Rudolph has made a quick impression on Cousins. When the quarterback was Wired last week for, he said throwing to Rudolph is like throwing to a mattress, a compliment for the way the tight end who has 322 receptions and 37 touchdowns catches footballs with ease.

"That is a new one for me," Rudolph said when asked about the comparison. "I'm OK with it. Try to make sure that he's always getting a good night's sleep, always be there for him. That is kind of my role around here. I'll have to find out what kind of mattress he likes, what his Sleep Number is. Hopefully, it is 82, and we're good."

Robison ready for anything — almost

The Vikings lined up Cook on the back of a diamond formation with receivers during one play in the red zone on Tuesday. Cousins took the snap and fired toward Cook, but Brian Robison batted the ball down at the line of scrimmage.

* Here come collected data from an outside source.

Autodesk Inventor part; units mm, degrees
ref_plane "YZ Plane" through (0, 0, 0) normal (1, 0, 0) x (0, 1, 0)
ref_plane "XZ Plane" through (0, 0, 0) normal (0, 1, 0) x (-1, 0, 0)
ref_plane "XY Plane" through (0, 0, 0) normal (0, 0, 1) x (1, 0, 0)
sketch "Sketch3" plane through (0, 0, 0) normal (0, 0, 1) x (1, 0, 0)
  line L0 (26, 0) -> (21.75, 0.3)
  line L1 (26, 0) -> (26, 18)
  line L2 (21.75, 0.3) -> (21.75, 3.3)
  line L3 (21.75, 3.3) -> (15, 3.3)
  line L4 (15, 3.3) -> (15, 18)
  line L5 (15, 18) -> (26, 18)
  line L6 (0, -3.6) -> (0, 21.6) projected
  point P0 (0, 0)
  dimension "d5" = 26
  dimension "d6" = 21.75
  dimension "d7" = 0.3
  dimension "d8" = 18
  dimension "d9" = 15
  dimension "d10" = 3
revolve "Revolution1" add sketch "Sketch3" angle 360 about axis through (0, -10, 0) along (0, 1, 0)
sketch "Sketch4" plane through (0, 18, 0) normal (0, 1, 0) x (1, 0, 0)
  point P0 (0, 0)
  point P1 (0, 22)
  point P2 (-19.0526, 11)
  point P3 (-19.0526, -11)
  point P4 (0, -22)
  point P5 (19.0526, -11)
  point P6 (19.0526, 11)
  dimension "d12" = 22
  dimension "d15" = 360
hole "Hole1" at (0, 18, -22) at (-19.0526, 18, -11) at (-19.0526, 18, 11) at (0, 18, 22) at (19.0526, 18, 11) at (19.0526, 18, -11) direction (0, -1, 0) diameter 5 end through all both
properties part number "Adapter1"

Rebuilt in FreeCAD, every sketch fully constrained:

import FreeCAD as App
import Part
import Sketcher

V = App.Vector
Q = App.Units.Quantity


def add_polygon(sketch, points):
    """Adds a closed chain of lines whose ends are joined by coincident constraints."""
    first, n = sketch.GeometryCount, len(points)
    for a, b in zip(points, points[1:] + points[:1]):
        sketch.addGeometry(Part.LineSegment(App.Vector(*a, 0), App.Vector(*b, 0)), False)
    for i in range(n):
        sketch.addConstraint(Sketcher.Constraint("Coincident", first + i, 2, first + (i + 1) % n, 1))

doc = App.newDocument("Part")
body = doc.addObject("PartDesign::Body", "Body")

# Sketch on XY plane
sketch1 = body.newObject("Sketcher::SketchObject", "Sketch")
sketch1.AttachmentSupport = (doc.getObject("XY_Plane"), [""])
sketch1.MapMode = "FlatFace"
add_polygon(sketch1, [(21.8, 0.3), (26, 0), (26, 18), (15, 18), (15, 3.3), (21.8, 3.3)])  # lines 0-5
sketch1.addConstraint([
    Sketcher.Constraint("Vertical", 1),
    Sketcher.Constraint("Horizontal", 2),
    Sketcher.Constraint("Vertical", 3),
    Sketcher.Constraint("Horizontal", 4),
    Sketcher.Constraint("Vertical", 5),
    Sketcher.Constraint("PointOnObject", 0, 2, -1),
    Sketcher.Constraint("DistanceY", 1, 1, 1, 2, Q("18 mm")),
    Sketcher.Constraint("DistanceY", 5, 2, 5, 1, Q("3 mm")),
    Sketcher.Constraint("DistanceX", -1, 1, 0, 2, Q("26 mm")),
    Sketcher.Constraint("DistanceX", -1, 1, 2, 2, Q("15 mm")),
    Sketcher.Constraint("DistanceY", -1, 1, 5, 2, Q("0.3 mm")),
    Sketcher.Constraint("DistanceX", -1, 1, 4, 2, Q("21.75 mm")),
])
revolution = body.newObject("PartDesign::Revolution", "Revolution")
revolution.Profile = sketch1
revolution.ReferenceAxis = (sketch1, ["V_Axis"])
revolution.Angle = 360

# Sketch on XZ plane
sketch2 = body.newObject("Sketcher::SketchObject", "Sketch001")
sketch2.AttachmentSupport = (doc.getObject("XZ_Plane"), [""])
sketch2.MapMode = "FlatFace"
sketch2.AttachmentOffset = App.Placement(V(0, 0, -18), App.Rotation())
sketch2.addGeometry([
    Part.Circle(V(0, -22, 0), V(0, 0, 1), 2.5),  # 0
    Part.Circle(V(-19.1, -11, 0), V(0, 0, 1), 2.5),  # 1
    Part.Circle(V(-19.1, 11, 0), V(0, 0, 1), 2.5),  # 2
    Part.Circle(V(0, 22, 0), V(0, 0, 1), 2.5),  # 3
    Part.Circle(V(19.1, 11, 0), V(0, 0, 1), 2.5),  # 4
    Part.Circle(V(19.1, -11, 0), V(0, 0, 1), 2.5),  # 5
], False)
sketch2.addConstraint([
    Sketcher.Constraint("Equal", 0, 1),
    Sketcher.Constraint("Equal", 1, 2),
    Sketcher.Constraint("Equal", 2, 3),
    Sketcher.Constraint("Equal", 3, 4),
    Sketcher.Constraint("Equal", 4, 5),
    Sketcher.Constraint("Symmetric", 0, 3, 3, 3, -1, 1),
    Sketcher.Constraint("Symmetric", 1, 3, 4, 3, -1, 1),
    Sketcher.Constraint("Symmetric", 2, 3, 5, 3, -1, 1),
    Sketcher.Constraint("Symmetric", 2, 3, 4, 3, -2),
    Sketcher.Constraint("PointOnObject", 0, 3, -2),
    Sketcher.Constraint("Diameter", 0, Q("5 mm")),
    Sketcher.Constraint("DistanceY", 0, 3, -1, 1, Q("22 mm")),
    Sketcher.Constraint("DistanceY", 1, 3, -1, 1, Q("11 mm")),
    Sketcher.Constraint("DistanceX", 1, 3, -1, 1, Q("19.0526 mm")),
])
doc.recompute()
hole = body.newObject("PartDesign::Hole", "Hole")
hole.Profile = sketch2
hole.ThreadType = "None"
hole.Diameter = 5
hole.DepthType = "ThroughAll"
hole.Reversed = True

doc.recompute()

"You don't look at the quarterback," Robison said. "You play your keys. I've been in this league, for going on 12 years now, so I've kind of seen it all. It doesn't mean I've learned everything I can learn, but when you see things like that, it kind of allows you to react faster."

One sight that Robison is still adjusting to is the appearance of a few strands of gray in his hair.

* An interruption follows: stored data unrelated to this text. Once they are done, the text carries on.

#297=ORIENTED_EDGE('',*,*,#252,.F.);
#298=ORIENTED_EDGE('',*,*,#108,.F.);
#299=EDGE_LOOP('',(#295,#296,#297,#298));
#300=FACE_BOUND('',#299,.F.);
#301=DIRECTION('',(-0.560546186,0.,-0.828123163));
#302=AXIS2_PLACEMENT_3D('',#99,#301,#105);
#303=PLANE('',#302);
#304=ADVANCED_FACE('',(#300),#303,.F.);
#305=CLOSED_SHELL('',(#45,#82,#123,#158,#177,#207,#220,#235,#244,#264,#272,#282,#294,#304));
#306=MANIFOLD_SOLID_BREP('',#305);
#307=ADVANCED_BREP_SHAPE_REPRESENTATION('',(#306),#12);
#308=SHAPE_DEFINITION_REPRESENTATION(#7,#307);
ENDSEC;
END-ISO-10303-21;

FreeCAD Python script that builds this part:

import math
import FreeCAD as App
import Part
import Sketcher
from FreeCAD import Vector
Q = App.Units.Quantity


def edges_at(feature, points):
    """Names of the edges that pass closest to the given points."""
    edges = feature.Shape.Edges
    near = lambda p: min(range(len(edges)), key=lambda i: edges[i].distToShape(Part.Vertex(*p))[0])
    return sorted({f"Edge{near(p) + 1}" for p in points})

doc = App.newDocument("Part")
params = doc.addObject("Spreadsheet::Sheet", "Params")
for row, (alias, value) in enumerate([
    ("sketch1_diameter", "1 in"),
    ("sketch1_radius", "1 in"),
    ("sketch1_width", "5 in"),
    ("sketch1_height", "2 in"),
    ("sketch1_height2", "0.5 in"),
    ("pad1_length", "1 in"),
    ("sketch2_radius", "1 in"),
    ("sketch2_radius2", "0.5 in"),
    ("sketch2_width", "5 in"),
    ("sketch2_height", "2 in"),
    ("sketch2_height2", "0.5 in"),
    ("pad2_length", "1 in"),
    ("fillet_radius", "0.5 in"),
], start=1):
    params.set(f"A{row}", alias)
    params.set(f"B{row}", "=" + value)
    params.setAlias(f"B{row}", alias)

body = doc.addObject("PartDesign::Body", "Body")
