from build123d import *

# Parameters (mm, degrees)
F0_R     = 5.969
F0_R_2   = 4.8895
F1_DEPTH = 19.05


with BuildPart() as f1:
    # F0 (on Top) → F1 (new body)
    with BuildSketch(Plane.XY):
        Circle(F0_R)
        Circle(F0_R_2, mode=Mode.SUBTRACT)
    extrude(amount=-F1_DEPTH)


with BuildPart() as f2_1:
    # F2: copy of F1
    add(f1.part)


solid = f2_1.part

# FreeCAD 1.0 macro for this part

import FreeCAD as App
import Part
import Sketcher
from FreeCAD import Vector
Q = App.Units.Quantity

doc = App.newDocument("Part")
body = doc.addObject("PartDesign::Body", "Body")

# Sketch on XY plane
sketch1 = body.newObject("Sketcher::SketchObject", "Sketch")
sketch1.AttachmentSupport = (doc.getObject("XY_Plane"), [""])
sketch1.MapMode = "FlatFace"
sketch1.addGeometry([
    Part.Circle(Vector(0, 0, 0), Vector(0, 0, 1), 6),
    Part.Circle(Vector(0, 0, 0), Vector(0, 0, 1), 4.9),
], False)
sketch1.addConstraint([
    Sketcher.Constraint("Coincident", 0, 3, -1, 1),
    Sketcher.Constraint("Coincident", 1, 3, -1, 1),
    Sketcher.Constraint("Diameter", 0, Q("0.47 in")),
    Sketcher.Constraint("Diameter", 1, Q("0.385 in")),
])
pad1 = body.newObject("PartDesign::Pad", "Pad")
pad1.Profile = sketch1
pad1.Length = Q("0.75 in")
pad1.Reversed = True

doc.recompute()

"My daughter told me, 'Your hair is turning white,' " Robison said with a usual good-hearted laugh. "I'm 35 years old now, and I still feel mentally that I'm about 15 or 16, so something's either wrong with my head or my body. I don't know."

Robison was asked a follow-up on whether the ponytail he used to sport would have a tinge of gray.

"Yeah, but it would be luscious, though. There's no doubt about it," Robison said.

Robison said the talent on the Vikings offense and new system are presenting the defense that ranked first in the NFL in yards allowed and points allowed in 2017 with fresh learning opportunities.

"We've got a lot of weapons on the offensive side," Robison said. "The things that they're doing have changed from year to year. It kind of allows us to see a broad spectrum of plays and the way the offense likes to do things, so that keeps us on our toes. It's evolving, as far as our learning process."

One corner on another

Just five years ago, Xavier Rhodes was a first-round pick making the transition to the pros.

Rhodes, who has evolved into an All-Pro, on Tuesday was asked about 2018 first-round selection Mike Hughes.

"He's willing to learn," Rhodes said. "Some rookies have a hard time taking advice from some other players. He's willing to learn. You can tell he's just open to anything you tell him."